Revisiting the Challenges in Fabricating Uniform Coatings with Polyfunctional Molecules on High Surface Energy Materials


Creative Commons License

Oyola-Reynoso S., Wang Z., Chen J., Cinar S. , Chang B., Thuo M.

COATINGS, vol.5, no.4, pp.1002-1018, 2015 (Journal Indexed in SCI) identifier identifier

  • Publication Type: Article / Review
  • Volume: 5 Issue: 4
  • Publication Date: 2015
  • Doi Number: 10.3390/coatings5041002
  • Title of Journal : COATINGS
  • Page Numbers: pp.1002-1018
  • Keywords: silane, surface science, coatings, monolayers, polymer gel, surface water, SILANE COUPLING AGENTS, SOL-GEL POLYMERIZATION, SUPERHYDROPHOBIC SURFACES, MECHANICAL-PROPERTIES, CELLULOSE FIBERS, CHARGE-TRANSPORT, MONO LAYERS, LOW-COST, WATER, COTTON

Abstract

Modifying the chemistry of a surface has been widely used to influence interfacial properties of a material or nature of interaction between two materials.
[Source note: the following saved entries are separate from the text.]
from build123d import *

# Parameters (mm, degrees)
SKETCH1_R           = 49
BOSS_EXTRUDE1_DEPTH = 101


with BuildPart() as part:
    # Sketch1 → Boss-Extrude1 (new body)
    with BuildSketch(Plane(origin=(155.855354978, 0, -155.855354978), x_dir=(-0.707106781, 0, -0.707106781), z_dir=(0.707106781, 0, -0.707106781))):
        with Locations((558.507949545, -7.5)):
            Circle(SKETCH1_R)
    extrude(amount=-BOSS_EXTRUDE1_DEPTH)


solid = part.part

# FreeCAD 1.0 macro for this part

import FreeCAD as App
import Part
import Sketcher
Q = App.Units.Quantity

doc = App.newDocument("Part")
body = doc.addObject("PartDesign::Body", "Body")

sketch1 = body.newObject("Sketcher::SketchObject", "Sketch")
sketch1.Placement = App.Placement(App.Vector(155.855355, 0, -155.855355), App.Rotation(App.Vector(-0.707106781, 0, -0.707106781), App.Vector(0, 0.999999999, 0), App.Vector(0.707106781, 0, -0.707106781), "ZXY"))
sketch1.addGeometry(Part.Circle(App.Vector(559, -7, 0), App.Vector(0, 0, 1), 49), False)
sketch1.addConstraint([
    Sketcher.Constraint("Diameter", 0, Q("98 mm")),
    Sketcher.Constraint("DistanceY", 0, 3, -1, 1, Q("7.5 mm")),
    Sketcher.Constraint("DistanceX", -1, 1, 0, 3, Q("558.507949 mm")),
])
pad1 = body.newObject("PartDesign::Pad", "Pad")
pad1.Profile = sketch1
pad1.Length = 101
pad1.Reversed = True

doc.recompute()
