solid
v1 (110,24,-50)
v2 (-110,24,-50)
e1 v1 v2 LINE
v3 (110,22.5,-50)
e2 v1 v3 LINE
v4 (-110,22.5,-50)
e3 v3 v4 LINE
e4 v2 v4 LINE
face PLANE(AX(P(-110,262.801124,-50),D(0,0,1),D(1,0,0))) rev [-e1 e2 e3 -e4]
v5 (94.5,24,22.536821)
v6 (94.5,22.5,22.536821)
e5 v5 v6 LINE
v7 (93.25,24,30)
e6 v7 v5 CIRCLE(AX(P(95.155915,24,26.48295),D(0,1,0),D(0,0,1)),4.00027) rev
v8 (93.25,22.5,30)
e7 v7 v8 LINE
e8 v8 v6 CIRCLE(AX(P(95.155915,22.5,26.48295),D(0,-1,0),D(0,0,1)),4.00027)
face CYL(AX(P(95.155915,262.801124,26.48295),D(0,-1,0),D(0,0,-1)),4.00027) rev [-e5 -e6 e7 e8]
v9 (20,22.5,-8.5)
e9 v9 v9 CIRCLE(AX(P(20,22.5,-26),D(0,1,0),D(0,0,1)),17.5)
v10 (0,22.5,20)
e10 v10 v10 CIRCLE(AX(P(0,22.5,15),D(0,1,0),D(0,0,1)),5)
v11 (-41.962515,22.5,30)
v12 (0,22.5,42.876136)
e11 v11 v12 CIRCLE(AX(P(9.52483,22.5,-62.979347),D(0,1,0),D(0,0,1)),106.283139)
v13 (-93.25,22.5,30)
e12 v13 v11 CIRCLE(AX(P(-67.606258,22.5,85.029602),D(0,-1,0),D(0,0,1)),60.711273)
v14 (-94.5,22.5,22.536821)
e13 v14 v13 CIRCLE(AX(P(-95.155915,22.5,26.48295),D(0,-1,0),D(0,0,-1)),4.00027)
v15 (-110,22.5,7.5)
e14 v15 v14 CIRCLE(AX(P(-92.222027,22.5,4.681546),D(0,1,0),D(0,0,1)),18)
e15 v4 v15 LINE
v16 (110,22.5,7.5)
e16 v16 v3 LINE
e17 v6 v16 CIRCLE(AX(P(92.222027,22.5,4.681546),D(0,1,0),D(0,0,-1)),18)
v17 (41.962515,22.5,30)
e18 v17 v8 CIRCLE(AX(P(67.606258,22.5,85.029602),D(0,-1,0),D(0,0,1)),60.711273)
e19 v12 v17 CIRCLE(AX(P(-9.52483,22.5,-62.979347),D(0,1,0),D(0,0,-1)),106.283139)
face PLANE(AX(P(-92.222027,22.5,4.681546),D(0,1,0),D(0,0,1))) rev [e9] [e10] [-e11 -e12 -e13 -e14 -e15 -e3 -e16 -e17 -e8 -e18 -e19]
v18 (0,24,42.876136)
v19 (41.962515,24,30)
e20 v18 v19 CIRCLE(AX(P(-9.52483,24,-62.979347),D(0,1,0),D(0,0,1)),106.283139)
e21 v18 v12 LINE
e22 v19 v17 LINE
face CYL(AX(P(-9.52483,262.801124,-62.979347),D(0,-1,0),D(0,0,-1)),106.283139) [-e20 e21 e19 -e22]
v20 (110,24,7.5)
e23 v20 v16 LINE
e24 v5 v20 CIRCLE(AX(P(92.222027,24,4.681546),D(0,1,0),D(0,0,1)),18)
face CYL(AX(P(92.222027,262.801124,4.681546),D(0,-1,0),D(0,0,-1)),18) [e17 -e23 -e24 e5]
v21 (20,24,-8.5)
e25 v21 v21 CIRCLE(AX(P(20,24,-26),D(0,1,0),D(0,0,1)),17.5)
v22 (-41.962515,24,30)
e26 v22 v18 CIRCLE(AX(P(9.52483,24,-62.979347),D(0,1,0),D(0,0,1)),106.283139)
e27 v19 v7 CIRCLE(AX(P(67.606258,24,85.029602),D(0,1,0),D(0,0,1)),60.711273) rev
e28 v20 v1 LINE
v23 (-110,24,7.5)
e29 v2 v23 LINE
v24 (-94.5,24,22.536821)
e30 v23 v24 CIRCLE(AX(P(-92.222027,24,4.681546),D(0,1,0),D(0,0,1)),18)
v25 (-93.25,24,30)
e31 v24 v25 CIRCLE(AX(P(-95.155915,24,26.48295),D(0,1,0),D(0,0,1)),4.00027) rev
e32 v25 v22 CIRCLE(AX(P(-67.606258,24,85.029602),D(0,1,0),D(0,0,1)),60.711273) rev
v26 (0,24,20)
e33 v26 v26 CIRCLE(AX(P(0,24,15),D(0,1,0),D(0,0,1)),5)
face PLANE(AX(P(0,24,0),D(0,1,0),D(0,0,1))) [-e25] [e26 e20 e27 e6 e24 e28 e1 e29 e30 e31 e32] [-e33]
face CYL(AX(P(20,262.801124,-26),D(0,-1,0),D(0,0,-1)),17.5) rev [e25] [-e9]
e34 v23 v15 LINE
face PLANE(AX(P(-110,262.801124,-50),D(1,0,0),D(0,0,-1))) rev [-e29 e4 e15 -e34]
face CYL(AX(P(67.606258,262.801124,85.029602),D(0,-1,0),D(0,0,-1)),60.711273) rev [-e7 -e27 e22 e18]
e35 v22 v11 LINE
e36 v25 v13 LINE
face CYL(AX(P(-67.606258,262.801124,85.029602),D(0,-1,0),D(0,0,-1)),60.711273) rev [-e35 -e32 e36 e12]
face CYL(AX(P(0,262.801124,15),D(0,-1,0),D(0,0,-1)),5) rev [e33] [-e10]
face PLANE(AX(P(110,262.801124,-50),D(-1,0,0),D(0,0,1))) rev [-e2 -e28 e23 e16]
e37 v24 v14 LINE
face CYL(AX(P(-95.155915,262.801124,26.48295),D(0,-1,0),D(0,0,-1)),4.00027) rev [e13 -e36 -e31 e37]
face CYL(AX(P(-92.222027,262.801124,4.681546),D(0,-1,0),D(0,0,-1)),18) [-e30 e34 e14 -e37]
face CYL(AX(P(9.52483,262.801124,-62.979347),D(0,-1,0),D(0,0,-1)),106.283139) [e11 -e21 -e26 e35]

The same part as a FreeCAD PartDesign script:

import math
import FreeCAD as App
import Part
import Sketcher

V = App.Vector
Q = App.Units.Quantity

doc = App.newDocument("Part")
body = doc.addObject("PartDesign::Body", "Body")

sketch1 = body.newObject("Sketcher::SketchObject", "Sketch")
sketch1.AttachmentSupport = (doc.getObject("XZ_Plane"), [""])
sketch1.MapMode = "FlatFace"
sketch1.AttachmentOffset = App.Placement(V(0, 0, -22.5), App.Rotation())
sketch1.addGeometry([
    Part.LineSegment(V(110, -50, 0), V(-110, -50, 0)),
    Part.LineSegment(V(-110, -50, 0), V(-110, 7.5, 0)),
    Part.ArcOfCircle(Part.Circle(V(-92.222027, 4.681546, 0), V(0, 0, 1), 18), math.radians(97.270509), math.radians(170.991513)),
    Part.ArcOfCircle(Part.Circle(V(-95.155915, 26.48295, 0), V(0, 0, 1), 4.00027), math.radians(-80.562722), math.radians(61.54641)),
    Part.ArcOfCircle(Part.Circle(V(-67.606258, 85.029602, 0), V(0, 0, 1), 60.711273), math.radians(-114.985474), math.radians(-65.014526)),
    Part.ArcOfCircle(Part.Circle(V(9.52483, -62.979347, 0), V(0, 0, 1), 106.283139), math.radians(95.141603), math.radians(118.975507)),
    Part.ArcOfCircle(Part.Circle(V(-9.52483, -62.979347, 0), V(0, 0, 1), 106.283139), math.radians(61.024493), math.radians(84.858397)),
    Part.ArcOfCircle(Part.Circle(V(67.606258, 85.029602, 0), V(0, 0, 1), 60.711273), math.radians(-114.985474), math.radians(-65.014526)),
    Part.ArcOfCircle(Part.Circle(V(95.155915, 26.48295, 0), V(0, 0, 1), 4.00027), math.radians(118.45359), math.radians(260.562722)),
    Part.ArcOfCircle(Part.Circle(V(92.222027, 4.681546, 0), V(0, 0, 1), 18), math.radians(9.008487), math.radians(82.729491)),
    Part.LineSegment(V(110, 7.5, 0), V(110, -50, 0)),
    Part.Circle(V(0, 15, 0), V(0, 0, 1), 5),
    Part.Circle(V(20, -26, 0), V(0, 0, 1), 17.5),
], False)
sketch1.addConstraint([
    Sketcher.Constraint("Coincident", 0, 2, 1, 1),
    Sketcher.Constraint("Coincident", 1, 2, 2, 2),
    Sketcher.Constraint("Coincident", 2, 1, 3, 1),
    Sketcher.Constraint("Coincident", 3, 2, 4, 1),
    Sketcher.Constraint("Coincident", 4, 2, 5, 2),
    Sketcher.Constraint("Coincident", 5, 1, 6, 2),
    Sketcher.Constraint("Coincident", 6, 1, 7, 1),
    Sketcher.Constraint("Coincident", 7, 2, 8, 1),
    Sketcher.Constraint("Coincident", 8, 2, 9, 2),
    Sketcher.Constraint("Coincident", 9, 1, 10, 1),
    Sketcher.Constraint("Coincident", 10, 2, 0, 1),
    Sketcher.Constraint("Horizontal", 0),
    Sketcher.Constraint("Vertical", 1),
    Sketcher.Constraint("Vertical", 10),
    Sketcher.Constraint("Equal", 5, 6),
    Sketcher.Constraint("Equal", 4, 7),
    Sketcher.Constraint("Equal", 3, 8),
    Sketcher.Constraint("Equal", 2, 9),
    Sketcher.Constraint("Symmetric", 5, 3, 6, 3, -2),
    Sketcher.Constraint("Symmetric", 4, 3, 7, 3, -2),
    Sketcher.Constraint("Symmetric", 3, 3, 8, 3, -2),
    Sketcher.Constraint("Symmetric", 2, 3, 9, 3, -2),
    Sketcher.Constraint("PointOnObject", 11, 3, -2),
    Sketcher.Constraint("Horizontal", 3, 2, 4, 2),
    Sketcher.Constraint("Horizontal", 1, 2, 9, 1),
    Sketcher.Constraint("Diameter", 11, Q("10 mm")),
    Sketcher.Constraint("Diameter", 12, Q("35 mm")),
    Sketcher.Constraint("Radius", 2, Q("18 mm")),
    Sketcher.Constraint("DistanceX", 0, 2, 0, 1, Q("220 mm")),
    Sketcher.Constraint("DistanceY", 1, 1, 1, 2, Q("57.5 mm")),
    Sketcher.Constraint("DistanceY", -1, 1, 11, 3, Q("15 mm")),
    Sketcher.Constraint("DistanceX", -1, 1, 12, 3, Q("20 mm")),
    Sketcher.Constraint("DistanceY", 12, 3, -1, 1, Q("26 mm")),
    Sketcher.Constraint("DistanceY", 0, 2, -1, 1, Q("50 mm")),
    Sketcher.Constraint("DistanceY", -1, 1, 3, 2, Q("30 mm")),
    Sketcher.Constraint("DistanceX", 2, 1, -1, 1, Q("94.5 mm")),
    Sketcher.Constraint("DistanceX", 3, 2, -1, 1, Q("93.25 mm")),
    Sketcher.Constraint("Radius", 3, Q("4.00027 mm")),
    Sketcher.Constraint("Radius", 5, Q("106.283139 mm")),
    Sketcher.Constraint("Radius", 4, Q("60.711273 mm")),
    Sketcher.Constraint("DistanceX", 3, 3, 4, 2, Q("53.1934 mm")),
    Sketcher.Constraint("DistanceY", -1, 1, 3, 3, Q("26.48295 mm")),
    Sketcher.Constraint("DistanceX", -1, 1, 5, 3, Q("9.52483 mm")),
])
pad1 = body.newObject("PartDesign::Pad", "Pad")
pad1.Profile = sketch1
pad1.Length = 1.5
pad1.Reversed = True

doc.recompute()
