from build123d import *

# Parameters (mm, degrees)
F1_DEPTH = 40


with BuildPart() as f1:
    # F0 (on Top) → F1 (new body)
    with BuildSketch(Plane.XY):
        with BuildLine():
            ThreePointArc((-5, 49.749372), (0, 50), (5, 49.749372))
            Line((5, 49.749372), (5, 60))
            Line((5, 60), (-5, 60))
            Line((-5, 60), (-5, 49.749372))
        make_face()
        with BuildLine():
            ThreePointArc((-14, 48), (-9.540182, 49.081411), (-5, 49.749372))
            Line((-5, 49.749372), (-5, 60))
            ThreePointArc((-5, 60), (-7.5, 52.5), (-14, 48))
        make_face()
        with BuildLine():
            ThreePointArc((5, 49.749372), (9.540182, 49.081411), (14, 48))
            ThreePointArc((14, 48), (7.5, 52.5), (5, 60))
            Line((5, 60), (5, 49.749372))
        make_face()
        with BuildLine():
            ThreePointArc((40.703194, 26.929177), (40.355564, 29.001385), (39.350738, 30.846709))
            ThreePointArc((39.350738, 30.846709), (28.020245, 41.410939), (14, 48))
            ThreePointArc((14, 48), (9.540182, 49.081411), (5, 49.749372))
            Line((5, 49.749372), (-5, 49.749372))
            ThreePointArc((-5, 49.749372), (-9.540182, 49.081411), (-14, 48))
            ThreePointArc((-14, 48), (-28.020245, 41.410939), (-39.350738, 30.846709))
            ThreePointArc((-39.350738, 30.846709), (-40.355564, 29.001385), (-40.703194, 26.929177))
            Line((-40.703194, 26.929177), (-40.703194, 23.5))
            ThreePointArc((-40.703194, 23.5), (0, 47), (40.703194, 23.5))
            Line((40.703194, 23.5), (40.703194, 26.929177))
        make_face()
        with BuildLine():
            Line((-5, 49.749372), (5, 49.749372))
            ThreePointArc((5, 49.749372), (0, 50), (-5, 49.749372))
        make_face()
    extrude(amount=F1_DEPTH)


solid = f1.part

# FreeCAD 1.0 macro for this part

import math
import FreeCAD as App
import Part
import Sketcher

V = App.Vector

doc = App.newDocument("Part")
body = doc.addObject("PartDesign::Body", "Body")

sketch1 = body.newObject("Sketcher::SketchObject", "Sketch")
sketch1.AttachmentSupport = (doc.getObject("XY_Plane"), [""])
sketch1.MapMode = "FlatFace"
sketch1.addGeometry([
    Part.ArcOfCircle(Part.Circle(V(17.5, 60, 0), V(0, 0, 1), 12.5), math.radians(180), math.radians(253.739795)),
    Part.LineSegment(V(5, 60, 0), V(-5, 60, 0)),
    Part.ArcOfCircle(Part.Circle(V(-17.5, 60, 0), V(0, 0, 1), 12.5), math.radians(-73.739795), math.radians(0)),
    Part.ArcOfCircle(Part.Circle(V(0.000002, -0.000004, 0), V(0, 0, 1), 50.000004), math.radians(106.260205), math.radians(141.907402)),
    Part.ArcOfCircle(Part.Circle(V(-34.35318, 26.929173, 0), V(0, 0, 1), 6.350014), math.radians(141.907451), math.radians(179.999961)),
    Part.LineSegment(V(-40.703194, 26.929177, 0), V(-40.703194, 23.5, 0)),
    Part.ArcOfCircle(Part.Circle(V(0, 0, 0), V(0, 0, 1), 47), math.radians(30), math.radians(150)),
    Part.LineSegment(V(40.703194, 23.5, 0), V(40.703194, 26.929177, 0)),
    Part.ArcOfCircle(Part.Circle(V(34.35318, 26.929173, 0), V(0, 0, 1), 6.350014), math.radians(0.000039), math.radians(38.092549)),
    Part.ArcOfCircle(Part.Circle(V(-0.000002, -0.000004, 0), V(0, 0, 1), 50.000004), math.radians(38.092598), math.radians(73.739795)),
], False)
sketch1.addConstraint([
    Sketcher.Constraint("Coincident", 0, 1, 1, 1),
    Sketcher.Constraint("Coincident", 1, 2, 2, 2),
    Sketcher.Constraint("Tangent", 2, 1, 3, 1),
    Sketcher.Constraint("Tangent", 3, 2, 4, 1),
    Sketcher.Constraint("Tangent", 4, 2, 5, 1),
    Sketcher.Constraint("Coincident", 5, 2, 6, 2),
    Sketcher.Constraint("Coincident", 6, 1, 7, 1),
    Sketcher.Constraint("Tangent", 7, 2, 8, 1),
    Sketcher.Constraint("Tangent", 8, 2, 9, 1),
    Sketcher.Constraint("Tangent", 9, 2, 0, 2),
    Sketcher.Constraint("Horizontal", 1),
    Sketcher.Constraint("Vertical", 5),
    Sketcher.Constraint("Vertical", 7),
    Sketcher.Constraint("Coincident", 3, 3, -1, 1),
    Sketcher.Constraint("Coincident", 6, 3, -1, 1),
    Sketcher.Constraint("Coincident", 9, 3, -1, 1),
    Sketcher.Constraint("Equal", 0, 2),
    Sketcher.Constraint("Equal", 4, 8),
    Sketcher.Constraint("Equal", 3, 9),
    Sketcher.Constraint("Horizontal", 0, 3, 2, 3),
    Sketcher.Constraint("Horizontal", 4, 3, 8, 3),
    Sketcher.Constraint("Horizontal", 2, 3, 0, 1),
    Sketcher.Constraint("Radius", 6, 47.0),
    Sketcher.Constraint("Radius", 0, 12.5),
    Sketcher.Constraint("DistanceX", 1, 2, 1, 1, 10.0),
    Sketcher.Constraint("DistanceY", -1, 1, 0, 3, 60.0),
    Sketcher.Constraint("DistanceY", -1, 1, 5, 2, 23.5),
    Sketcher.Constraint("Radius", 4, 6.350014),
])
pad1 = body.newObject("PartDesign::Pad", "Pad")
pad1.Profile = sketch1
pad1.Length = 40

doc.recompute()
This article provides an overview on the role of polyfunctional molecules, specifically silanes, in surface modification of polar surfaces (bearing soft nucleophiles). An emphasis on the mechanism of the reaction in the presence of adsorbed water, where the modifying reagents are hydrolysable, is discussed. To highlight the complexity of the reaction, modification of paper with trichlorosilanes is highlighted. Preparation of hydrophobic cellulosic paper, and structure-property relations under different treatment conditions is used to highlight that a monolayer is not always formed during the surface modification. Gel-formation via step-growth polymerization suggests that at the right monomer: adsorbed water ratio, a monolayer will not form but rather self-assembly driven particle formation will occur leading to a textured surface. The review highlights recent work indicating that the focus on monolayer formation, is at the very least, not always the case but gel formation, with concomitant self-assembly, might be the culprit in understanding challenges associated with the use of polyfunctional molecules in surface modification.